Friday, August 21, 2015

Colorado National Monument

Here we are back again;   in a park with deep canyons, towering cliff walls and natural rock structures.  The high country of Colorado National Monument rises 2,000 feet above the Grand Valley of the Colorado River.  The park is part of the greater Colorado Plateau, which includes the geologic wonders of such places as the Grand Canyon and Arches national parks.   So we can expect more of what we have been seeing in the past week or so.  However, John and I can still always anticipate a few surprises, and this park did not fail us in that regard!
As at Black Canyon, we took the Rim Rock drive of 23 miles to take in some of the awesome views of the park.  One of our first stops was at Window Rock.  It was necessary to take a short hike through pinon-juniper woodland to get a good sighting of the very large structure pictured above.

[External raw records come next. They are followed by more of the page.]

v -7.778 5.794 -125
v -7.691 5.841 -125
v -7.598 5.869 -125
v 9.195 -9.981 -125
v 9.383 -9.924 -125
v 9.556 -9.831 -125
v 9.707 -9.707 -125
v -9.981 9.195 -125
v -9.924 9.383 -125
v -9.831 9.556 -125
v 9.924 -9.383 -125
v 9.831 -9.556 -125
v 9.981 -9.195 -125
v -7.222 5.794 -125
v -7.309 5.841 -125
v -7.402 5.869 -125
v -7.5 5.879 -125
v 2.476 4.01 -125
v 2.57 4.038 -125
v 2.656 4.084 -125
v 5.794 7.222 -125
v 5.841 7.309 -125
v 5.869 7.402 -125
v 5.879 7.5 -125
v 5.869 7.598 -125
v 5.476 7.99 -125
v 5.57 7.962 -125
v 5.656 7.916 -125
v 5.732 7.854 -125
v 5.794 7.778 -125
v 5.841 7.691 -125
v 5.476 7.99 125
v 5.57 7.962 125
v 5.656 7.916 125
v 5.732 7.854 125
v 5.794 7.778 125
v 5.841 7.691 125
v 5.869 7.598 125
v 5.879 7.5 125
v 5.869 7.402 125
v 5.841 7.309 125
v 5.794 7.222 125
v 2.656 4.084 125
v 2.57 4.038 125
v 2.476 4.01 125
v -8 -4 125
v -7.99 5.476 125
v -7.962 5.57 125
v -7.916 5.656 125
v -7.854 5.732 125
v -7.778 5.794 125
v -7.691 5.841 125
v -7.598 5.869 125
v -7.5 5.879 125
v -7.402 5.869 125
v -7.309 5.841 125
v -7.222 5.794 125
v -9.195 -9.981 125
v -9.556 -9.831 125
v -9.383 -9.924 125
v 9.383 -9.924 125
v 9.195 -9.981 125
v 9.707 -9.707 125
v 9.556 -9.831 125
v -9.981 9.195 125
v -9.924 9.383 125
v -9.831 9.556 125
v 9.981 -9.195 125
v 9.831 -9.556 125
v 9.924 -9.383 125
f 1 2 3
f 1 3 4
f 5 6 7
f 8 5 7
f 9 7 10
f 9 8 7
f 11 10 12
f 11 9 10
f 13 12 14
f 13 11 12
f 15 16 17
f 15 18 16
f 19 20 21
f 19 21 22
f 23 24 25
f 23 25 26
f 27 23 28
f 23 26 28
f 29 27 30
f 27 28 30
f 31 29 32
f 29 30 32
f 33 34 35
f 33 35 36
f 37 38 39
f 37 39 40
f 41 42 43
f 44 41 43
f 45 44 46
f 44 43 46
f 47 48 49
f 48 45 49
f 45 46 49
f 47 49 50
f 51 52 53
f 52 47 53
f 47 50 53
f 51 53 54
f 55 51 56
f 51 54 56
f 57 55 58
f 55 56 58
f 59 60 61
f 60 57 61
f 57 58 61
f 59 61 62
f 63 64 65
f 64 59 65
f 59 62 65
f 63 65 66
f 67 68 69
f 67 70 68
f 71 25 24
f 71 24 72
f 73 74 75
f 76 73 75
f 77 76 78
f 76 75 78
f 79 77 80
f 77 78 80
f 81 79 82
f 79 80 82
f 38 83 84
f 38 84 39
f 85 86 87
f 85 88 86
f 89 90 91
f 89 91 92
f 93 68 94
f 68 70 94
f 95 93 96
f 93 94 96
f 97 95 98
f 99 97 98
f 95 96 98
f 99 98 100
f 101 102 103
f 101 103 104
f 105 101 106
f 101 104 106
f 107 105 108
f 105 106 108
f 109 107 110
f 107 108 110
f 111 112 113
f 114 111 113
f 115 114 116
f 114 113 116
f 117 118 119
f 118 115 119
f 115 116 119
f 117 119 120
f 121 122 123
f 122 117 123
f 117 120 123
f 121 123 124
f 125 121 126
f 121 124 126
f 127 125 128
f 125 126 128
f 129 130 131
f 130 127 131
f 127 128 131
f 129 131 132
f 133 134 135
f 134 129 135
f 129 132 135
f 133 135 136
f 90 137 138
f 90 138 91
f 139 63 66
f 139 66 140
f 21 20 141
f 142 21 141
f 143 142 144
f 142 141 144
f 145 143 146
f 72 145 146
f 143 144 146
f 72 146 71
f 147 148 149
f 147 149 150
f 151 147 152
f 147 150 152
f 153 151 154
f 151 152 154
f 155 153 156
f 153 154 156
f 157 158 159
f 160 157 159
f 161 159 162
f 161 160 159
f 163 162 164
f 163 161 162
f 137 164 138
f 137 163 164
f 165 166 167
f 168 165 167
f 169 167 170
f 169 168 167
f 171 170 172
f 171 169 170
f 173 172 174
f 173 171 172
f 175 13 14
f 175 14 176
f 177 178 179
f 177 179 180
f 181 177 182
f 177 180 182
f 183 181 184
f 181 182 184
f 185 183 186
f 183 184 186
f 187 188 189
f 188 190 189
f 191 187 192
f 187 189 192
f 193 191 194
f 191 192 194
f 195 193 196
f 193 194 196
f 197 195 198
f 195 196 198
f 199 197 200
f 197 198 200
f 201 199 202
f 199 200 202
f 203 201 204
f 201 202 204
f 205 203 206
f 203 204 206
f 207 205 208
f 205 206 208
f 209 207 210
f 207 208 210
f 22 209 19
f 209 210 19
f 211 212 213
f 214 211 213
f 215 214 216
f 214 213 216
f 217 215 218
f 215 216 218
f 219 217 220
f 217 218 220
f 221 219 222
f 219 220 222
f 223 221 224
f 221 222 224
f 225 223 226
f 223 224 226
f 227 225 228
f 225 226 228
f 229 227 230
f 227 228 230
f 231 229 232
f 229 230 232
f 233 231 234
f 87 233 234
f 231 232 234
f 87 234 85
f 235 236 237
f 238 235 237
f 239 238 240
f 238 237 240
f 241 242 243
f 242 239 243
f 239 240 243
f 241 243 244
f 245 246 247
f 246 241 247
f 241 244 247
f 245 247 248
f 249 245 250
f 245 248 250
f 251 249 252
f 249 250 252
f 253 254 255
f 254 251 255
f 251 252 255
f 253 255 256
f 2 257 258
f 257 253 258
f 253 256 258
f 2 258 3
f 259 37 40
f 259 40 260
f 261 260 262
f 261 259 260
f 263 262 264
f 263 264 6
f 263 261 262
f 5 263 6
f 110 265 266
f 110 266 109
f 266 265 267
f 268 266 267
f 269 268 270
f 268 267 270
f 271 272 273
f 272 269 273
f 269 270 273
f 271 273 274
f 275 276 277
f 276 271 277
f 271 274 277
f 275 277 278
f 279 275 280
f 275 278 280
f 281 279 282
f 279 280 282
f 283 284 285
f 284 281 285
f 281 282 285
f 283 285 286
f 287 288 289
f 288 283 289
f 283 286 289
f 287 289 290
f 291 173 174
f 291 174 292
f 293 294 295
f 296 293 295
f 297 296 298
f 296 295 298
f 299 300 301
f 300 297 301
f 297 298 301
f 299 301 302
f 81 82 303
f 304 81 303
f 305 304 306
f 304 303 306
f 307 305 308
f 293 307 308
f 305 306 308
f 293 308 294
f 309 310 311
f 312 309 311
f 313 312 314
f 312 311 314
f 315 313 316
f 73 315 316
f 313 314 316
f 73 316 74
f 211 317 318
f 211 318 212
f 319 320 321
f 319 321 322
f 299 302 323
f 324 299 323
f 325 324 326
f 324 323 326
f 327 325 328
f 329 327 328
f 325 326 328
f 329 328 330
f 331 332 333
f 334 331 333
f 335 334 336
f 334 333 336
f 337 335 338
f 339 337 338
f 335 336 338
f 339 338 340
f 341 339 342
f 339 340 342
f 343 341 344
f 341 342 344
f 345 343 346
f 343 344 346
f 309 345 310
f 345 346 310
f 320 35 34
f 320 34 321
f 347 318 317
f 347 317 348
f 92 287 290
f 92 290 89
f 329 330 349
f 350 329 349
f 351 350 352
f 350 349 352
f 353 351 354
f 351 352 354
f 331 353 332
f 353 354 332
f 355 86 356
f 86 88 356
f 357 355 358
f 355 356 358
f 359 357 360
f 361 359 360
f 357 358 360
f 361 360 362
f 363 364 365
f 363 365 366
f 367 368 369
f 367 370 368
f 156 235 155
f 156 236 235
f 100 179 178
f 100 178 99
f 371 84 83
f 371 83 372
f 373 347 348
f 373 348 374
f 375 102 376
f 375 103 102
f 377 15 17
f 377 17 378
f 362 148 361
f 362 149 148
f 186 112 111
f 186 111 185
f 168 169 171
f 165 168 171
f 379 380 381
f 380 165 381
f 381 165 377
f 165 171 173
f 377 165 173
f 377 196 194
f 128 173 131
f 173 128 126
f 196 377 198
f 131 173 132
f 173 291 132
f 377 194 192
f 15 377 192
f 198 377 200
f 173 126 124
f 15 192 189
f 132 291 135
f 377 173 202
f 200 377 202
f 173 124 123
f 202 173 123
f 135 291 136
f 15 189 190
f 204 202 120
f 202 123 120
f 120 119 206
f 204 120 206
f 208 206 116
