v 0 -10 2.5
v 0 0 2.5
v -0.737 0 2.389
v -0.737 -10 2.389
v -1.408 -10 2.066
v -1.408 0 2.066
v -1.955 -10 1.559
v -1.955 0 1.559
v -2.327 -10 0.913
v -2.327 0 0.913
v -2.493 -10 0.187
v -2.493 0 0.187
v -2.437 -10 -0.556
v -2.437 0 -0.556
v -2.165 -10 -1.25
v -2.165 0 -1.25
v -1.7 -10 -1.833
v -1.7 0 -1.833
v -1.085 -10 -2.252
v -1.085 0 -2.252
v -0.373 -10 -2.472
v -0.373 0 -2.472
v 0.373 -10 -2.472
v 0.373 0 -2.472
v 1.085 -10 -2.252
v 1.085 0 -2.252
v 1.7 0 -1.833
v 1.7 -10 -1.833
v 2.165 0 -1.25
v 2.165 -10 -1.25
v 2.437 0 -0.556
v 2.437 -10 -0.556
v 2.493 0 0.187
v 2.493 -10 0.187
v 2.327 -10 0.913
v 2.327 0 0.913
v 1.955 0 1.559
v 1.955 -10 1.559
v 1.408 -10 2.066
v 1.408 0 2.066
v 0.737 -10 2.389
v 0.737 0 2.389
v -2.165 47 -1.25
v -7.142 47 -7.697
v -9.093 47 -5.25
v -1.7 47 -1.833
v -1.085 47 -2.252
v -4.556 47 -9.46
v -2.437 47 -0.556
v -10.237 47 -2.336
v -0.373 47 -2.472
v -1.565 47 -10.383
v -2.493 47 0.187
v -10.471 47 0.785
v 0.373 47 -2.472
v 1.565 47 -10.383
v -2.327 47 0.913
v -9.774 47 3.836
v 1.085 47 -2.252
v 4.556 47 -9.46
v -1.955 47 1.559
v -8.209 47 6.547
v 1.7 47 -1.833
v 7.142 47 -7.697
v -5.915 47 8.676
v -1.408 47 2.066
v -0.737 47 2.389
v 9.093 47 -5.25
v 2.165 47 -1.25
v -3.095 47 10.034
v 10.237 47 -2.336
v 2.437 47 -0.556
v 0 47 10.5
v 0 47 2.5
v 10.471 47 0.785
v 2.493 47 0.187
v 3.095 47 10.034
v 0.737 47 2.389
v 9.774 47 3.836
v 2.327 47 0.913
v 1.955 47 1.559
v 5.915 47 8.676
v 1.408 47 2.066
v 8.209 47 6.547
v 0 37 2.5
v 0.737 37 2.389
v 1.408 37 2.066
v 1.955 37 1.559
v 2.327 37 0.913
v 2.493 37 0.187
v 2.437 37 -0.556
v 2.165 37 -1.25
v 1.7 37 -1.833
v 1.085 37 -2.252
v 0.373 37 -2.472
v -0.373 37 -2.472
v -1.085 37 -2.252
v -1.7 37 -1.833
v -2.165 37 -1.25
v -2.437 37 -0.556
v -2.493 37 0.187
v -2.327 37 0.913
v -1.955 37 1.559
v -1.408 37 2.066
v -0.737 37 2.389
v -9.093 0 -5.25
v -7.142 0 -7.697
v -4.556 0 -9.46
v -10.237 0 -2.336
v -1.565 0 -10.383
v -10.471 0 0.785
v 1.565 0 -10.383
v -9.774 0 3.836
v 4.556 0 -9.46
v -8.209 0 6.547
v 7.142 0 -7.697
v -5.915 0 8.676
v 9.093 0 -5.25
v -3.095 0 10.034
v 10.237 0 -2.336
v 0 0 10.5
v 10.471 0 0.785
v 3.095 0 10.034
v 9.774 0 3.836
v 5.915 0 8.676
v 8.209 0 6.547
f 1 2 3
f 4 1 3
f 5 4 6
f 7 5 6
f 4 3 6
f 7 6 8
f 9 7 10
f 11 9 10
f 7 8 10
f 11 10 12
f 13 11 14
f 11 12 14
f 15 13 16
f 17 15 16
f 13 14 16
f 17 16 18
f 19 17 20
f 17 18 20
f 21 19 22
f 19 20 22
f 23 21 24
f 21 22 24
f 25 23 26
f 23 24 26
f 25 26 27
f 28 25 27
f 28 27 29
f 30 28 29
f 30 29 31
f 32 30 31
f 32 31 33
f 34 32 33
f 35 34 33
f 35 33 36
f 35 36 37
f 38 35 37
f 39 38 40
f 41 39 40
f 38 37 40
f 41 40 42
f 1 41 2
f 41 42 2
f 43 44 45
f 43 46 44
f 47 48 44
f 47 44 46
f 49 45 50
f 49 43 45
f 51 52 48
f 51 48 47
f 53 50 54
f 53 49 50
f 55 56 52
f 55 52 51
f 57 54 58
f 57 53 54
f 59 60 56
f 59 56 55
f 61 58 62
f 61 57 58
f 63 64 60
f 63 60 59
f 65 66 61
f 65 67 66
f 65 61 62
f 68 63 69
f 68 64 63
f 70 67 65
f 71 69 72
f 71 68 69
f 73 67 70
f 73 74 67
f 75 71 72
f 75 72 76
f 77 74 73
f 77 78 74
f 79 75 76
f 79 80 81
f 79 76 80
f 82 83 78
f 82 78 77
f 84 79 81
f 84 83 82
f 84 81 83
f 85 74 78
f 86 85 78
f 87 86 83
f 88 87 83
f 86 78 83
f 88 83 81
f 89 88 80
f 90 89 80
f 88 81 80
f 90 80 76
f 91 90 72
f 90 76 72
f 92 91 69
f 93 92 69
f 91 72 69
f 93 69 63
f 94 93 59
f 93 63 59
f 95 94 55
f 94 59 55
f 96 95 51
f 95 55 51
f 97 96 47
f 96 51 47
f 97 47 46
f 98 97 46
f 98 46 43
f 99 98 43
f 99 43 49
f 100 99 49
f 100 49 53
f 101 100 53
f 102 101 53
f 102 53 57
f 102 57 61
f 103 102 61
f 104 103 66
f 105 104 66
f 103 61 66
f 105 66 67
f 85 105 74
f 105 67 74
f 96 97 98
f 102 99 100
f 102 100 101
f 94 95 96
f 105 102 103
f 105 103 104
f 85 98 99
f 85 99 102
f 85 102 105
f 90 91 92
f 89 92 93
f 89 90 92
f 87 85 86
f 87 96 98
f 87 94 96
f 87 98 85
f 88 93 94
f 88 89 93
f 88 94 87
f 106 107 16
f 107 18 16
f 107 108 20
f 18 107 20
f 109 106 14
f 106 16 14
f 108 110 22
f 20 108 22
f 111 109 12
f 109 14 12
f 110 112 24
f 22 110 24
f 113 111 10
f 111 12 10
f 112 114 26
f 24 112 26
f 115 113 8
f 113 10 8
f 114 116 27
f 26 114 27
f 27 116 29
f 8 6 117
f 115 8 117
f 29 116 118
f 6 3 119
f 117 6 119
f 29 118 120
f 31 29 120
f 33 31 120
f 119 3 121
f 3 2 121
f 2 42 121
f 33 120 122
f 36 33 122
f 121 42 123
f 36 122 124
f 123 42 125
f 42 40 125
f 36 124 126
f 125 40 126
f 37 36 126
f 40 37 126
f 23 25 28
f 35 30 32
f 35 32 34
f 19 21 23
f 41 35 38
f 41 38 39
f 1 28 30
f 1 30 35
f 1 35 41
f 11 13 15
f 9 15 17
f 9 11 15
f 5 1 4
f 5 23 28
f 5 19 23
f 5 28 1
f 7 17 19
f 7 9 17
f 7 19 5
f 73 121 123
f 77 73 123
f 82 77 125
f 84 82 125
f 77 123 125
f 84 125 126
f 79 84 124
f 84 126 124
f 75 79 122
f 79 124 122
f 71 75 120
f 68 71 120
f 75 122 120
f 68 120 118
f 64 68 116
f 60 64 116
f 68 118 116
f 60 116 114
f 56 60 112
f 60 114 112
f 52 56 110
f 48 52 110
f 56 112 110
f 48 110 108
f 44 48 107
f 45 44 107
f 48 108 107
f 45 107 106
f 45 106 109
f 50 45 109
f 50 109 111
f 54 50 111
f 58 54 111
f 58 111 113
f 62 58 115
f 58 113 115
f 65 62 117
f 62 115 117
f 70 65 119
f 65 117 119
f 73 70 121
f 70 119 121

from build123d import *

# Parameters (mm, degrees)
SKETCH1_R           = 10.5
BOSS_EXTRUDE1_DEPTH = 47
SKETCH2_R           = 2.5
CUT_EXTRUDE1_DEPTH  = 10
SKETCH3_R           = 2.5
BOSS_EXTRUDE2_DEPTH = 10


with BuildPart() as part:
    # Sketch1 → Boss-Extrude1 (new body)
    with BuildSketch(Plane(origin=(0, 0, 0), x_dir=(1, 0, 0), z_dir=(0, 1, 0))):
        with Locations(Location((0, 0, 0), (0, 0, 270))):
            Circle(SKETCH1_R)
    extrude(amount=BOSS_EXTRUDE1_DEPTH)

    # Sketch2 → Cut-Extrude1 (cut)
    with BuildSketch(Plane(origin=(0, 47, 0), x_dir=(1, 0, 0), z_dir=(0, 1, 0))):
        with Locations(Location((0, 0, 0), (0, 0, 270))):
            Circle(SKETCH2_R)
    extrude(amount=-CUT_EXTRUDE1_DEPTH, mode=Mode.SUBTRACT)

    # Sketch3 → Boss-Extrude2 (add)
    with BuildSketch(Plane.XZ):
        with Locations(Location((0, 0, 0), (0, 0, 90))):
            Circle(SKETCH3_R)
    extrude(amount=BOSS_EXTRUDE2_DEPTH)


solid = part.part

The picture above shows the heart of the park.  The largest free-standing monolith on the left is called the Monument.  It was once part of a massive rock wall.  Behind it is Kissing Couple and Sentinel.  To the left of Monument is Praying Hands and Pipe Organ.  John Otto and artist Beatrice Farmham were married in front of  the Monument 1911.  She discovered that the "reality of his life was far from ideal" and left him a few weeks later, never to return.  Otto has a memorial at the Visitor's Center.  He loved the park from the moment he explored it and his memorial states he was a trail builder for it, and promoted the park.  He was its first custodian.  In 1911 President Taft designated it as a monument.
At the visitor center we were fortunate to have a geologist explain to us the different layers of rock which we were seeing in the park.  Those layers represent millions of years during which rock and sediment have built up.  Over those years inland seas have come and gone and erosion has sculpted the rock into shapes we see today.  Fossilized dinosaur bones and tracks have been found in that rock in this area of Colorado, the geologist had replicas of a few of them, including dinosaur dung!   Shortly after we had left the center, one bighorn started trotting down the road in front of us, followed by another.  By the time I got my camera out, they were running off into a ravine.
Another interesting area of rock structures is seen at the coke ovens.  That name was given to them because they look like the ovens used to transform coal into coke.  There were several other interesting overlooks into the canyons of the park, one of which is artists point.  An area of canyon there best shows the palette of color which paints the rocks found in Monument's landscape.  We also stopped at Cold Shivers Point, just because we were intrigued by the name.  There it is possible to stand at the edge of a cliff and peer thousands of feet below into the canyon.  Didn't give us the shivers, we have been having those experiences a lot in the past weeks!